Disrupted Circadian Rhythms: A Cause or an Effect of Neurodegeneration?

Every organism, from a human to a fruit fly, relies on an internal clock to regulate its daily activities and metabolic functions. Sleeping, eating, and mating are optimized at different times depending on the organism and the role it has in its ecological niche. Circadian rhythms are essential to the well-being of any organism and their disruption can result in a variety of different health concerns. A disrupted circadian clock can alter the hormonal, autonomic, and metabolic functioning of organs. It has been discovered that there is a link between sleep disruption and neurodegeneration. A common neurodegenerative disorder seen amongst human populations is Alzheimer’s Disease, affecting between 20 and 40 million people worldwide. Alzheimer’s has been found to cause circadian dysfunction. Research into circadian biology, as it is linked to neurodegeneration, can lead to a potential treatment of a very prevalent disease.

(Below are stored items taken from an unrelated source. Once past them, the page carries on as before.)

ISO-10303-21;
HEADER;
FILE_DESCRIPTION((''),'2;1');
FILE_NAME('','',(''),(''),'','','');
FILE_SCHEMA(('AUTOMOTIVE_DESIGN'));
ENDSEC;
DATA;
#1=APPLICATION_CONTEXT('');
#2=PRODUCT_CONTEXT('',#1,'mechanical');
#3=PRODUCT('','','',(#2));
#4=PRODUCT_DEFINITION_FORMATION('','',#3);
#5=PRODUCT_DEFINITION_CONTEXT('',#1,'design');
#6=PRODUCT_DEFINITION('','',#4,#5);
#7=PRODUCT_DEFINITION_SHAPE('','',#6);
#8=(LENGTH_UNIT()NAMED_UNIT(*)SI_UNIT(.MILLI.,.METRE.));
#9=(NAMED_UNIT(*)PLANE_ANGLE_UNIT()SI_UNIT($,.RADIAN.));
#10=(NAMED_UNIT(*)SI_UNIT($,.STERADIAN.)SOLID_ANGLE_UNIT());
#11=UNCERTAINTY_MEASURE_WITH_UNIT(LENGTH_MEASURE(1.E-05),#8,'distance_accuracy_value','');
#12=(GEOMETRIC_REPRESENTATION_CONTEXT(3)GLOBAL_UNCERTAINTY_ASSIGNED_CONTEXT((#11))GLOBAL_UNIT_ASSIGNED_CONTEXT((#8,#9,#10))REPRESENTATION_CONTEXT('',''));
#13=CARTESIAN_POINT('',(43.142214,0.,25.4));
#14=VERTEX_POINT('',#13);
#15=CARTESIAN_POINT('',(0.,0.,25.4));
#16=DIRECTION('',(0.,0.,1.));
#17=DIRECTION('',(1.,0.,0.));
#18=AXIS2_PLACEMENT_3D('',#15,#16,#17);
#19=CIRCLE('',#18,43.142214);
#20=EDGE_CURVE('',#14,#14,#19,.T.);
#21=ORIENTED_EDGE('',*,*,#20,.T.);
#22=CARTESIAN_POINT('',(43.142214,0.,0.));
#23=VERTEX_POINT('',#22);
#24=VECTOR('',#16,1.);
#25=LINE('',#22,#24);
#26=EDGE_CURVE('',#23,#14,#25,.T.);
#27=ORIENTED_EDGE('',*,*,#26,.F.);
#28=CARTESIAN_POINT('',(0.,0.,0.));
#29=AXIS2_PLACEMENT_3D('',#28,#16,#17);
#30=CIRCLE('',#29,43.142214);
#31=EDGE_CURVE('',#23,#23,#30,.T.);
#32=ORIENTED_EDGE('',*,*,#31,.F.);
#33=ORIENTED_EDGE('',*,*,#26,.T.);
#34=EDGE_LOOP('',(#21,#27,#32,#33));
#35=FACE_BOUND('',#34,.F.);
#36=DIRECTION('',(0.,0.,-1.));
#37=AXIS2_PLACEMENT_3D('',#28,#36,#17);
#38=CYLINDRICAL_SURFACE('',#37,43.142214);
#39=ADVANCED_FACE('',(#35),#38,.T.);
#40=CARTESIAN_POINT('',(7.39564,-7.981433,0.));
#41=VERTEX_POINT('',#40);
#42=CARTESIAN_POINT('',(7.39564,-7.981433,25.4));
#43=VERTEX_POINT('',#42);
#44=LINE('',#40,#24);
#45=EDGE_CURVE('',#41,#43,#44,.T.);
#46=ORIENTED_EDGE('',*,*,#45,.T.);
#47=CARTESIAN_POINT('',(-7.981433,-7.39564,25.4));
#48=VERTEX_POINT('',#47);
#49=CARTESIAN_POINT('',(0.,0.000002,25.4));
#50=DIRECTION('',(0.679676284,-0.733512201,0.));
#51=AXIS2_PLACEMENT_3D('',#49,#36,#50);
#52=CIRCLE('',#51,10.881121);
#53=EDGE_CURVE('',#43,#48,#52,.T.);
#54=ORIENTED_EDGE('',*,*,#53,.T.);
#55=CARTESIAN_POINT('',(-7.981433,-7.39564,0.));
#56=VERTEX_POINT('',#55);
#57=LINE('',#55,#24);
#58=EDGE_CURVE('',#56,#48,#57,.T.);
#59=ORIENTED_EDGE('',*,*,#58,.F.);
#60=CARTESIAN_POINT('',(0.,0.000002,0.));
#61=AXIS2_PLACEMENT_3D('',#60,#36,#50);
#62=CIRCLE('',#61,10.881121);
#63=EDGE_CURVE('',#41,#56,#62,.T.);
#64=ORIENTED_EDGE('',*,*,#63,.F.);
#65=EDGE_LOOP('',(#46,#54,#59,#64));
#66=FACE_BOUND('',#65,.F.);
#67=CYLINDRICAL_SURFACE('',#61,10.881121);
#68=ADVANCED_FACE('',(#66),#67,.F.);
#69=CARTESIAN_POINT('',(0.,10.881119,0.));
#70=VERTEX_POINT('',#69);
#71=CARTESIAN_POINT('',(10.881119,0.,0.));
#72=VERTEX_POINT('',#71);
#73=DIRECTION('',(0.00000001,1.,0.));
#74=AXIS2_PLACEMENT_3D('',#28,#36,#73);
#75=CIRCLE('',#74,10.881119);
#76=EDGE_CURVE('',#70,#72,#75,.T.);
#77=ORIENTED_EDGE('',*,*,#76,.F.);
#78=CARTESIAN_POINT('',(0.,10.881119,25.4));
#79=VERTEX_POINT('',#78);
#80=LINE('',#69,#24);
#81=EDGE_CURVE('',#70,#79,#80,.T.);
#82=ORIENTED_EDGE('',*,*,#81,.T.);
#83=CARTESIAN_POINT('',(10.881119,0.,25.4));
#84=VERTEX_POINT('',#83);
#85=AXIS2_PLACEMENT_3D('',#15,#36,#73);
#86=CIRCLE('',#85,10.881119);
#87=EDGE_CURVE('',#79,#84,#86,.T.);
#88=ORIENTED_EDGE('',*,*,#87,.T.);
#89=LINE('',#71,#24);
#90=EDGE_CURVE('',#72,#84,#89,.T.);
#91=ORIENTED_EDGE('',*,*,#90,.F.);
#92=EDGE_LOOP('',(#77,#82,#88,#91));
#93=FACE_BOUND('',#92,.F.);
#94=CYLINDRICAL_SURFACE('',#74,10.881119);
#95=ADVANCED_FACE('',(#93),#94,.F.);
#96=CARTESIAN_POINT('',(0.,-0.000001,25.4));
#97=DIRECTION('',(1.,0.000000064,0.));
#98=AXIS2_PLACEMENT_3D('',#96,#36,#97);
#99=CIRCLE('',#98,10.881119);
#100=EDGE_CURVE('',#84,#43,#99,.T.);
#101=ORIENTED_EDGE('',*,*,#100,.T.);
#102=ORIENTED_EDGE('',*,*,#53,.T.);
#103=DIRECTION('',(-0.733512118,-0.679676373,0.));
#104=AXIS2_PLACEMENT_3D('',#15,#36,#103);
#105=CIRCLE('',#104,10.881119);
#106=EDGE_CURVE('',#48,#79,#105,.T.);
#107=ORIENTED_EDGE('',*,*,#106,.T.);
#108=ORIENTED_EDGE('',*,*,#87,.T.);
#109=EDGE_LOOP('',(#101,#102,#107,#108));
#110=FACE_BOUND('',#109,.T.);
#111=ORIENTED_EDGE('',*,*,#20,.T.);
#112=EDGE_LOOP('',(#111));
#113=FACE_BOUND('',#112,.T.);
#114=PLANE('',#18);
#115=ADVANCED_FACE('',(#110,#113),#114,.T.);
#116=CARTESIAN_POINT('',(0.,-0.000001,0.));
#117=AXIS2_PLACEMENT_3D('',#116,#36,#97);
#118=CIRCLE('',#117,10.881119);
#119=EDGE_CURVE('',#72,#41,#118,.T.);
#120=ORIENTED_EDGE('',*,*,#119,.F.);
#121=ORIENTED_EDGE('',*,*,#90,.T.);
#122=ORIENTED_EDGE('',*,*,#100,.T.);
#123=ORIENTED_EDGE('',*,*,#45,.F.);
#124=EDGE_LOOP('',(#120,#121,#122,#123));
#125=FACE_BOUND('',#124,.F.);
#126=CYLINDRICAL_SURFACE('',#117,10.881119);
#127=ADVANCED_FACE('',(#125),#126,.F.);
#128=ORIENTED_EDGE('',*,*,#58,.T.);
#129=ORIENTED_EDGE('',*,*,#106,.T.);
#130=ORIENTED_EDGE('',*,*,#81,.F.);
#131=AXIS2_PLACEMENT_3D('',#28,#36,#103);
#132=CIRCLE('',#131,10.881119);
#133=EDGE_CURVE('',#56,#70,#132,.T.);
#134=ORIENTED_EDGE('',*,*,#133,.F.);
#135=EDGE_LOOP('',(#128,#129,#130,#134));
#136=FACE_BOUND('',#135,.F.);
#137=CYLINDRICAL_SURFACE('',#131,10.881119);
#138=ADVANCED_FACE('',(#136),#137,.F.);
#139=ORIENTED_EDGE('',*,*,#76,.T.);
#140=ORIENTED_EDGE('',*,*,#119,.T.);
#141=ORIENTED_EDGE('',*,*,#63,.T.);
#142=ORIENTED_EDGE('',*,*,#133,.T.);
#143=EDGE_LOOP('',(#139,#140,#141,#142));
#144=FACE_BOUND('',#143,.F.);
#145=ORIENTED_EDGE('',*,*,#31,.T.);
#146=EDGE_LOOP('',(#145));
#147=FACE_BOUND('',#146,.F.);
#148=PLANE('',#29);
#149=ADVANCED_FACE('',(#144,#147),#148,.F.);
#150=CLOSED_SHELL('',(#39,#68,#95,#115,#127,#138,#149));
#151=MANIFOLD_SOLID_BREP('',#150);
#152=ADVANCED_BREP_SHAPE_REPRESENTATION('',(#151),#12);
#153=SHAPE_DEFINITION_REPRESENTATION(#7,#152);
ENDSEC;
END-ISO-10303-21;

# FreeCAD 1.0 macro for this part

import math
import FreeCAD as App
import Part
import Sketcher

V = App.Vector
Q = App.Units.Quantity

doc = App.newDocument("Part")
body = doc.addObject("PartDesign::Body", "Body")

# Sketch on XY plane
sketch1 = body.newObject("Sketcher::SketchObject", "Sketch")
sketch1.AttachmentSupport = (doc.getObject("XY_Plane"), [""])
sketch1.MapMode = "FlatFace"
sketch1.addGeometry([
    Part.Circle(V(0, 0, 0), V(0, 0, 1), 43),  # 0
    Part.ArcOfCircle(Part.Circle(V(0, 0, 0), V(0, 0, 1), 11), math.radians(90), math.radians(223)),  # 1
    Part.ArcOfCircle(Part.Circle(V(0, 0, 0), V(0, 0, 1), 11), math.radians(0), math.radians(90)),  # 2
    Part.ArcOfCircle(Part.Circle(V(0, 0, 0), V(0, 0, 1), 11), math.radians(-47), math.radians(0)),  # 3
    Part.ArcOfCircle(Part.Circle(V(0, 0, 0), V(0, 0, 1), 11), math.radians(-137), math.radians(-47)),  # 4
], False)
sketch1.addConstraint([
    Sketcher.Constraint("Tangent", 1, 1, 2, 2),
    Sketcher.Constraint("Tangent", 2, 1, 3, 2),
    Sketcher.Constraint("Tangent", 3, 1, 4, 2),
    Sketcher.Constraint("Tangent", 4, 1, 1, 2),
    Sketcher.Constraint("Coincident", 0, 3, -1, 1),
    Sketcher.Constraint("Coincident", 1, 3, -1, 1),
    Sketcher.Constraint("Equal", 1, 2),
    Sketcher.Constraint("PointOnObject", 1, 1, -2),
    Sketcher.Constraint("PointOnObject", 2, 1, -1),
    Sketcher.Constraint("Diameter", 0, Q("86.284428 mm")),
    Sketcher.Constraint("Radius", 1, Q("10.881119 mm")),
    Sketcher.Constraint("DistanceX", -1, 1, 3, 1, Q("7.39564 mm")),
    Sketcher.Constraint("DistanceY", 4, 1, -1, 1, Q("7.39564 mm")),
])
pad1 = body.newObject("PartDesign::Pad", "Pad")
pad1.Profile = sketch1
pad1.Length = Q("1 in")

doc.recompute()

Circadian rhythms are regulated by 24-hour feedback loop oscillations of “clock genes”. These genes are responsible for a variety of functions such as regulating membrane electrical activity and cellular metabolism. The environment also plays a role in regulating circadian rhythms. Light exposure activates a photoreceptor known as melanopsin, which provides input to the suprachiasmatic nucleus (SCN) of the hypothalamus. Neuronal and humoral signals are subsequently transmitted to allow for communication with peripheral clocks in other regions of the brain and visceral organs. This coordination between the central and peripheral clocks is thought to be responsible for regulating metabolism.

When humans age, they typically experience a disruption of the sleep-wake cycle in which they take more naps during the day and do not experience a deep sleep at night. This, along with other altered circadian oscillations that are associated with aging, might indicate that aging leads to a decrease in circadian signaling. This could have detrimental effects on the brain. Though Alzheimer’s disease is most often associated with memory loss, another primary symptom of the disease is sleep disruption.

Both vertebrate and invertebrate models of neurodegenerative disease have been studied and were found to have a disconnect between their central and peripheral clocks, resulting in a disruption of circadian rhythms. In addition, studies show that fluctuations in Ab levels in cerebrospinal and interstitial fluid are associated with sleep-wake behavior. In humans, these fluctuations decrease with age and with progression of Alzheimer’s disease. Reduced production and clearance of Ab through perivascular and glymphatic drainage channels as well as the increase in interstitial fluid volume that occurs during sleep makes it essential to the prevention and clearance of protein aggregates, thus reducing the risk of neurodegenerative disease.

Metabolic disruption as caused by the desynchronization of the circadian clock is a risk factor for type II diabetes, which is a known risk factor for accelerated cognitive decline and Alzheimer’s. Temperature, food availability, exercise, and social interactions are all manipulable factors that are being considered as targets to re-regulate peripheral circadian clocks.

Circadian rhythms have been found to have implications in a variety of prevalent diseases such as type II diabetes and Alzheimer’s disease. If researchers and physicians work to therapeutically resolve disruptions in circadian rhythms, there is potential for resolution of metabolic functioning, reducing the risk of type II diabetes. In addition, resolving circadian disruptions could potentially prevent the cause and effect pattern of neurodegenerative disorders.

Reference:

Chauhan, R., Chen, K.F., Kent, B.A., & Crowther, D.C. (2017). Central and Peripheral Circadian 

         Clocks and Their Role in Alzheimer’s Disease. Disease Models & Mechnisms, 10(10), 1187-     

         1199. doi: 10.1242/dmm.030627.